We develop more in the first three years than the whole rest of our life put together, so they’re able to learn from an empty room, being at a position where they’re ideally free to move their bodies, so they’re able to turn their heads—we say start infants on their backs for that reason—and they could be fascinated by dust particles or the corner of the room or natural light coming in, a number of things, and they are learning something from that, they’re figuring something out. So when we offer technology it’s an onslaught on their senses basically. Not so much a phone but a larger screen. But even a mobile device or a small screen, it’s not something they’re going to be able to master, it’s not something they’re going to be able to understand how it all works.

Imagine an infant who, from the RIE approach, we believe wants to be capable, wants to be competent, wants to be able to do things and feel a sense of agency in the world right away rather than being passive to something that sort of takes over and you’re drawn into it because there’s so much going on there.
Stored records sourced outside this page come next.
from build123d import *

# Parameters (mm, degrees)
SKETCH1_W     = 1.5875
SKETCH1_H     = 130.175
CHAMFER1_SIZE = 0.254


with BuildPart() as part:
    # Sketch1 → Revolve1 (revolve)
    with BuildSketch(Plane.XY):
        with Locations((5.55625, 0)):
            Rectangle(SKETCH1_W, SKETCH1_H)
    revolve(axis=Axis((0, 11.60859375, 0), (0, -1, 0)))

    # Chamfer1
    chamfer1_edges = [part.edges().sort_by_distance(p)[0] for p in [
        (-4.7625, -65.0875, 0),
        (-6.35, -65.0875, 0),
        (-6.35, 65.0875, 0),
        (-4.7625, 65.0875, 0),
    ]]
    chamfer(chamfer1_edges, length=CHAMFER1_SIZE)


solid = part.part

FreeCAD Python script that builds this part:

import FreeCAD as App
import Part
import Sketcher
Q = App.Units.Quantity


def edges_at(feature, points):
    """Names of the edges that pass closest to the given points."""
    edges = feature.Shape.Edges
    near = lambda p: min(range(len(edges)), key=lambda i: edges[i].distToShape(Part.Vertex(*p))[0])
    return sorted({f"Edge{near(p) + 1}" for p in points})

doc = App.newDocument("Part")
body = doc.addObject("PartDesign::Body", "Body")

# Sketch on XY plane
sketch1 = doc.addObject("Sketcher::SketchObject", "Sketch")
body.addObject(sketch1)
sketch1.AttachmentSupport = (doc.XY_Plane, [""])
sketch1.MapMode = "FlatFace"
sketch1.addGeometry([
    Part.LineSegment(App.Vector(4.7625, 65.0875, 0), App.Vector(4.7625, -65.0875, 0)),
    Part.LineSegment(App.Vector(4.7625, -65.0875, 0), App.Vector(6.35, -65.0875, 0)),
    Part.LineSegment(App.Vector(6.35, -65.0875, 0), App.Vector(6.35, 65.0875, 0)),
    Part.LineSegment(App.Vector(6.35, 65.0875, 0), App.Vector(4.7625, 65.0875, 0)),
], False)
sketch1.addConstraint([
    Sketcher.Constraint("Coincident", 0, 2, 1, 1),
    Sketcher.Constraint("Coincident", 1, 2, 2, 1),
    Sketcher.Constraint("Coincident", 2, 2, 3, 1),
    Sketcher.Constraint("Coincident", 3, 2, 0, 1),
    Sketcher.Constraint("Vertical", 0),
    Sketcher.Constraint("Horizontal", 1),
    Sketcher.Constraint("Vertical", 2),
    Sketcher.Constraint("Horizontal", 3),
    Sketcher.Constraint("DistanceX", 1, 1, 1, 2, Q("0.0625 in")),
    Sketcher.Constraint("DistanceY", 0, 2, 0, 1, Q("5.125 in")),
    Sketcher.Constraint("DistanceX", -1, 1, 1, 2, Q("0.25 in")),
    Sketcher.Constraint("DistanceY", 0, 2, -1, 1, Q("2.5625 in")),
])
revolution = doc.addObject("PartDesign::Revolution", "Revolution")
body.addObject(revolution)
revolution.Profile = sketch1
revolution.ReferenceAxis = (sketch1, ["V_Axis"])
revolution.Angle = 360
doc.recompute()

chamfer = doc.addObject("PartDesign::Chamfer", "Chamfer")
body.addObject(chamfer)
chamfer.Base = (revolution, edges_at(revolution, [
    (-4.763, -65.088, 0),
    (-6.35, -65.088, 0),
    (-6.35, 65.088, 0),
    (-4.763, 65.088, 0),
]))
chamfer.Size = Q("0.01 in")

doc.recompute()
For young children it can be very over-stimulating and it can discourage them from being the active learners that we want them to be, that will help them throughout life and help them prosper and help them reach their full potential, make school easier, a lot of practical things like that, and make them be able to retain what they learn and be interested in knowing more.
So it’s interesting—screens are kind of the extreme on one end of things babies can’t understand. Just to give you an example, there are screens where babies are totally passive and it’s just coming at them and they can’t really get it, then there’s something like a toy where you push a button and it makes a sound. So that’s pretty hard for them to understand too, I mean, they have a little bit of agency there: they can figure out, “Well if I do this it makes a sound,” but they’re never going to really understand where the sound comes from in those early years, in the first year or two.
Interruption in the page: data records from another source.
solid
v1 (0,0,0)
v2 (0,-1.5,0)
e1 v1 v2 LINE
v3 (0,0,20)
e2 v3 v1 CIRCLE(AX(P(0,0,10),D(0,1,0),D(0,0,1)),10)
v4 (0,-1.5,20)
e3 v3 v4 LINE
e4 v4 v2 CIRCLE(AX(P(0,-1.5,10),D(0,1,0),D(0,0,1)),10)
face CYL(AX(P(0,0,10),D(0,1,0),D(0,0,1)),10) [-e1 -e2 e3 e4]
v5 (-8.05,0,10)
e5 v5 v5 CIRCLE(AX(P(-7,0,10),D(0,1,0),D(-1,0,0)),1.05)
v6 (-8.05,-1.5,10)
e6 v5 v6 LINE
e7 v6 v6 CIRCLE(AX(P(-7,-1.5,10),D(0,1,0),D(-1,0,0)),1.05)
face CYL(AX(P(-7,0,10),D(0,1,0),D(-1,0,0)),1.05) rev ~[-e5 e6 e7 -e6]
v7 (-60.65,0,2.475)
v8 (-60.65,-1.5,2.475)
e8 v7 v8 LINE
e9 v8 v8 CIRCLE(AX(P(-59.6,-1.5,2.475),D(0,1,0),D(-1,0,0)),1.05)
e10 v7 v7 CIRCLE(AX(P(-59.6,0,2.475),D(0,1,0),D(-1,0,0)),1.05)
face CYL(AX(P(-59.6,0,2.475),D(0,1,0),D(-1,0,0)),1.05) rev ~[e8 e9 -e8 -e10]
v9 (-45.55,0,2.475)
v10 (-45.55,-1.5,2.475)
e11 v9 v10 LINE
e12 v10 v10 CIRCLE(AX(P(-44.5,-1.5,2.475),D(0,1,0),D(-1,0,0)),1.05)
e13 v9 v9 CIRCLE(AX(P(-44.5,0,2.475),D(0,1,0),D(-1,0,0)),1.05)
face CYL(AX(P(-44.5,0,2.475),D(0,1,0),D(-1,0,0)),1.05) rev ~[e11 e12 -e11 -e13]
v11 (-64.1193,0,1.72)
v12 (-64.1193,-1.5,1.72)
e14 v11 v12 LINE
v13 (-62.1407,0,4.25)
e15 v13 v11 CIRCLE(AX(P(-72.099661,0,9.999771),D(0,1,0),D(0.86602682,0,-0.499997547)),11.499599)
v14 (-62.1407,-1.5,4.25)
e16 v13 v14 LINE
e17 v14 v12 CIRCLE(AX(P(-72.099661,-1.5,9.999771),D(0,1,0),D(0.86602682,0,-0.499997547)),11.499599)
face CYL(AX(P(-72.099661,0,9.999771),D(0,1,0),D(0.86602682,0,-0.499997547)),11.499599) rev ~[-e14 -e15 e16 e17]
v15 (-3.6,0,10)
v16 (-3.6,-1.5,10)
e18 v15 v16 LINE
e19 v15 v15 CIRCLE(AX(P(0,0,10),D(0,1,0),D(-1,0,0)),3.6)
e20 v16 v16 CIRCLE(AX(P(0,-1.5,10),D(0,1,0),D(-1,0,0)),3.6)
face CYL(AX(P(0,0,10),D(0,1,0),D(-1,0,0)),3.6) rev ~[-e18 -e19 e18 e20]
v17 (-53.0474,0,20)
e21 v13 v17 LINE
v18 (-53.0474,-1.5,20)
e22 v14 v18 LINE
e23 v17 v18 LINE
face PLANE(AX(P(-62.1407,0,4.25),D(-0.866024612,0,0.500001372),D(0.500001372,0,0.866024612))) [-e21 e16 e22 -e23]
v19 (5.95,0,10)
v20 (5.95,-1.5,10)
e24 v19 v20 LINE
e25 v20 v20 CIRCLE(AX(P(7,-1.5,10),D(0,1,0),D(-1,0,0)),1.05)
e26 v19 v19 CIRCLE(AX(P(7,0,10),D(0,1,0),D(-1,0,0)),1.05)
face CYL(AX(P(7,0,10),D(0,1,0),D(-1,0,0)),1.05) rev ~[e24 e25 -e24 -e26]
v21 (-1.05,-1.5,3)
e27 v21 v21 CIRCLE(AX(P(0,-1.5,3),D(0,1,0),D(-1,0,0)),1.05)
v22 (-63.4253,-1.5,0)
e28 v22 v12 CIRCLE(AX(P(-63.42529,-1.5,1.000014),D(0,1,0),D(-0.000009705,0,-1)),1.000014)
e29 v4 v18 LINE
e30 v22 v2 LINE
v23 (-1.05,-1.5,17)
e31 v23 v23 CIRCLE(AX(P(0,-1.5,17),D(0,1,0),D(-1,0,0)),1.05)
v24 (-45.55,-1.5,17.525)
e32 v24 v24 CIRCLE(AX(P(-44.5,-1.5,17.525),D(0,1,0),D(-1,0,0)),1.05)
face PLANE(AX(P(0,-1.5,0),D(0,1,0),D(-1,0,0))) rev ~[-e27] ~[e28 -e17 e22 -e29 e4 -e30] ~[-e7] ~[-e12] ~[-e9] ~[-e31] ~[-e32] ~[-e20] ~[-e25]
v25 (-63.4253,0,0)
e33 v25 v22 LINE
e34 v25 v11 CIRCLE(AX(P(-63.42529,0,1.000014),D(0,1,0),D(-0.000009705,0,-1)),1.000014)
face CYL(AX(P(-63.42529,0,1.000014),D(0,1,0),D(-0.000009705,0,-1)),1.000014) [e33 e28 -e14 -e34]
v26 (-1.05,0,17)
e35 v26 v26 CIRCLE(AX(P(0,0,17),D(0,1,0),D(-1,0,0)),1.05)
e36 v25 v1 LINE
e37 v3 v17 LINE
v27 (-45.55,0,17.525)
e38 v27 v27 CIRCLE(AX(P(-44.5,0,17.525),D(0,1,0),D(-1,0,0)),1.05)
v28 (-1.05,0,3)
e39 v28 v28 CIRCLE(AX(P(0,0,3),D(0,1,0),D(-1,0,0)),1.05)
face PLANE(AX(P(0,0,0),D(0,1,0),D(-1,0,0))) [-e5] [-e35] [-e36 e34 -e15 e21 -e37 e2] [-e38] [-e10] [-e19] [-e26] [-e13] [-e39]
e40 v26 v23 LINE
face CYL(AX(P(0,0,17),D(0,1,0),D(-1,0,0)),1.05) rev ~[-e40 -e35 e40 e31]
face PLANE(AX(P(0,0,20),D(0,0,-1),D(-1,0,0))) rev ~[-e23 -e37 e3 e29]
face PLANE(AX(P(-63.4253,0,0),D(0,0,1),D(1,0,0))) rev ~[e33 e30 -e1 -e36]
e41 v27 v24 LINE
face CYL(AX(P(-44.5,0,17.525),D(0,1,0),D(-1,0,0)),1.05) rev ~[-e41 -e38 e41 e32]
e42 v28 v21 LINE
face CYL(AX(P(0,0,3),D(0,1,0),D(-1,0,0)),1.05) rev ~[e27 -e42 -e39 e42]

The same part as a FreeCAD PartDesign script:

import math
import FreeCAD as App
import Part
import Sketcher
from FreeCAD import Vector
Q = App.Units.Quantity

doc = App.newDocument("Part")
body = doc.addObject("PartDesign::Body", "Body")

# Sketch on XZ plane
sketch1 = body.newObject("Sketcher::SketchObject", "Sketch")
sketch1.AttachmentSupport = (doc.getObject("XZ_Plane"), [""])
sketch1.MapMode = "FlatFace"
sketch1.addGeometry([
    Part.ArcOfCircle(Part.Circle(Vector(-72.1, 10, 0), Vector(0, 0, 1), 11.5), math.radians(-46.05), math.radians(-30)),  # 0
    Part.LineSegment(Vector(-62.1, 4.2, 0), Vector(-53, 20, 0)),  # 1
    Part.LineSegment(Vector(-53, 20, 0), Vector(0, 20, 0)),  # 2
    Part.ArcOfCircle(Part.Circle(Vector(0, 10, 0), Vector(0, 0, 1), 10), math.radians(-90), math.radians(90)),  # 3
    Part.LineSegment(Vector(0, 0, 0), Vector(-63.4, 0, 0)),  # 4
    Part.ArcOfCircle(Part.Circle(Vector(-63.4, 1, 0), Vector(0, 0, 1), 1), math.radians(134), math.radians(270)),  # 5
    Part.Circle(Vector(0, 3, 0), Vector(0, 0, 1), 1.1),  # 6
    Part.Circle(Vector(-44.5, 2.5, 0), Vector(0, 0, 1), 1.1),  # 7
    Part.Circle(Vector(-59.6, 2.5, 0), Vector(0, 0, 1), 1.1),  # 8
    Part.Circle(Vector(7, 10, 0), Vector(0, 0, 1), 1.1),  # 9
    Part.Circle(Vector(0, 10, 0), Vector(0, 0, 1), 3.6),  # 10
    Part.Circle(Vector(-7, 10, 0), Vector(0, 0, 1), 1.1),  # 11
    Part.Circle(Vector(0, 17, 0), Vector(0, 0, 1), 1.1),  # 12
    Part.Circle(Vector(-44.5, 17.5, 0), Vector(0, 0, 1), 1.1),  # 13
], False)
sketch1.addConstraint([
    Sketcher.Constraint("Tangent", 0, 2, 1, 1),
    Sketcher.Constraint("Coincident", 1, 2, 2, 1),
    Sketcher.Constraint("Tangent", 2, 2, 3, 2),
    Sketcher.Constraint("Tangent", 3, 1, 4, 1),
    Sketcher.Constraint("Tangent", 4, 2, 5, 2),
    Sketcher.Constraint("Tangent", 5, 1, 0, 1),
    Sketcher.Constraint("Horizontal", 2),
    Sketcher.Constraint("Horizontal", 4),
    Sketcher.Constraint("Coincident", 3, 1, -1, 1),
    Sketcher.Constraint("Coincident", 10, 3, 3, 3),
    Sketcher.Constraint("Equal", 6, 7),
    Sketcher.Constraint("Equal", 7, 8),
    Sketcher.Constraint("Equal", 8, 9),
    Sketcher.Constraint("Equal", 9, 11),
    Sketcher.Constraint("Equal", 11, 12),
    Sketcher.Constraint("Equal", 12, 13),
    Sketcher.Constraint("Symmetric", 9, 3, 11, 3, -2),
    Sketcher.Constraint("PointOnObject", 6, 3, -2),
    Sketcher.Constraint("PointOnObject", 12, 3, -2),
    Sketcher.Constraint("Horizontal", 0, 3, 3, 3),
    Sketcher.Constraint("Horizontal", 7, 3, 8, 3),
    Sketcher.Constraint("Horizontal", 3, 3, 9, 3),
    Sketcher.Constraint("Vertical", 7, 3, 13, 3),
    Sketcher.Constraint("Radius", 3, 10.0),
    Sketcher.Constraint("Radius", 5, 1.0),
    Sketcher.Constraint("Diameter", 6, 2.1),
    Sketcher.Constraint("Diameter", 10, 7.2),
    Sketcher.Constraint("Radius", 0, 11.5),
    Sketcher.Constraint("Angle", 1, Q("60 deg")),
    Sketcher.Constraint("DistanceY", -1, 1, 6, 3, 3.0),
    Sketcher.Constraint("DistanceX", -1, 1, 9, 3, 7.0),
    Sketcher.Constraint("DistanceY", -1, 1, 12, 3, 17.0),
    Sketcher.Constraint("DistanceX", 0, 3, -1, 1, 72.1),
    Sketcher.Constraint("DistanceX", 7, 3, -1, 1, 44.5),
    Sketcher.Constraint("DistanceX", 8, 3, -1, 1, 59.6),
    Sketcher.Constraint("DistanceY", 7, 3, 13, 3, 15.05),
    Sketcher.Constraint("DistanceY", -1, 1, 7, 3, 2.475),
])
pad1 = body.newObject("PartDesign::Pad", "Pad")
pad1.Profile = sketch1
pad1.Length = 1.5

doc.recompute()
And then there’s a rattle. I mean, is a rattle a terrible thing? No. But with this approach we just try to be aware that a rattle is a mystery, there’s a mysterious element. Then there’s those rattles where you can see through them to the little thing that’s making the sound, the little bell or whatever, and so the child can feel a little more capable of mastering that and understanding that, so that’s a little more encouraging.

But then what about taking—one of the things we use as play objects in our classrooms where we teach parents, and we recommend this at home too, is little stainless steel cups or bowls. So let’s just say a child has a block and a little stainless steel cup and decides to take the block over here and make these sounds, now take it over here and make this sound. So now they’re making the sound, they’re deciding to make the sound, they’re creating the sound in a sense. So which do you think would be the most fulfilling for a child? Which do you think would really encourage them to be creative, to be learners, to analyze, to use these higher order learning skills?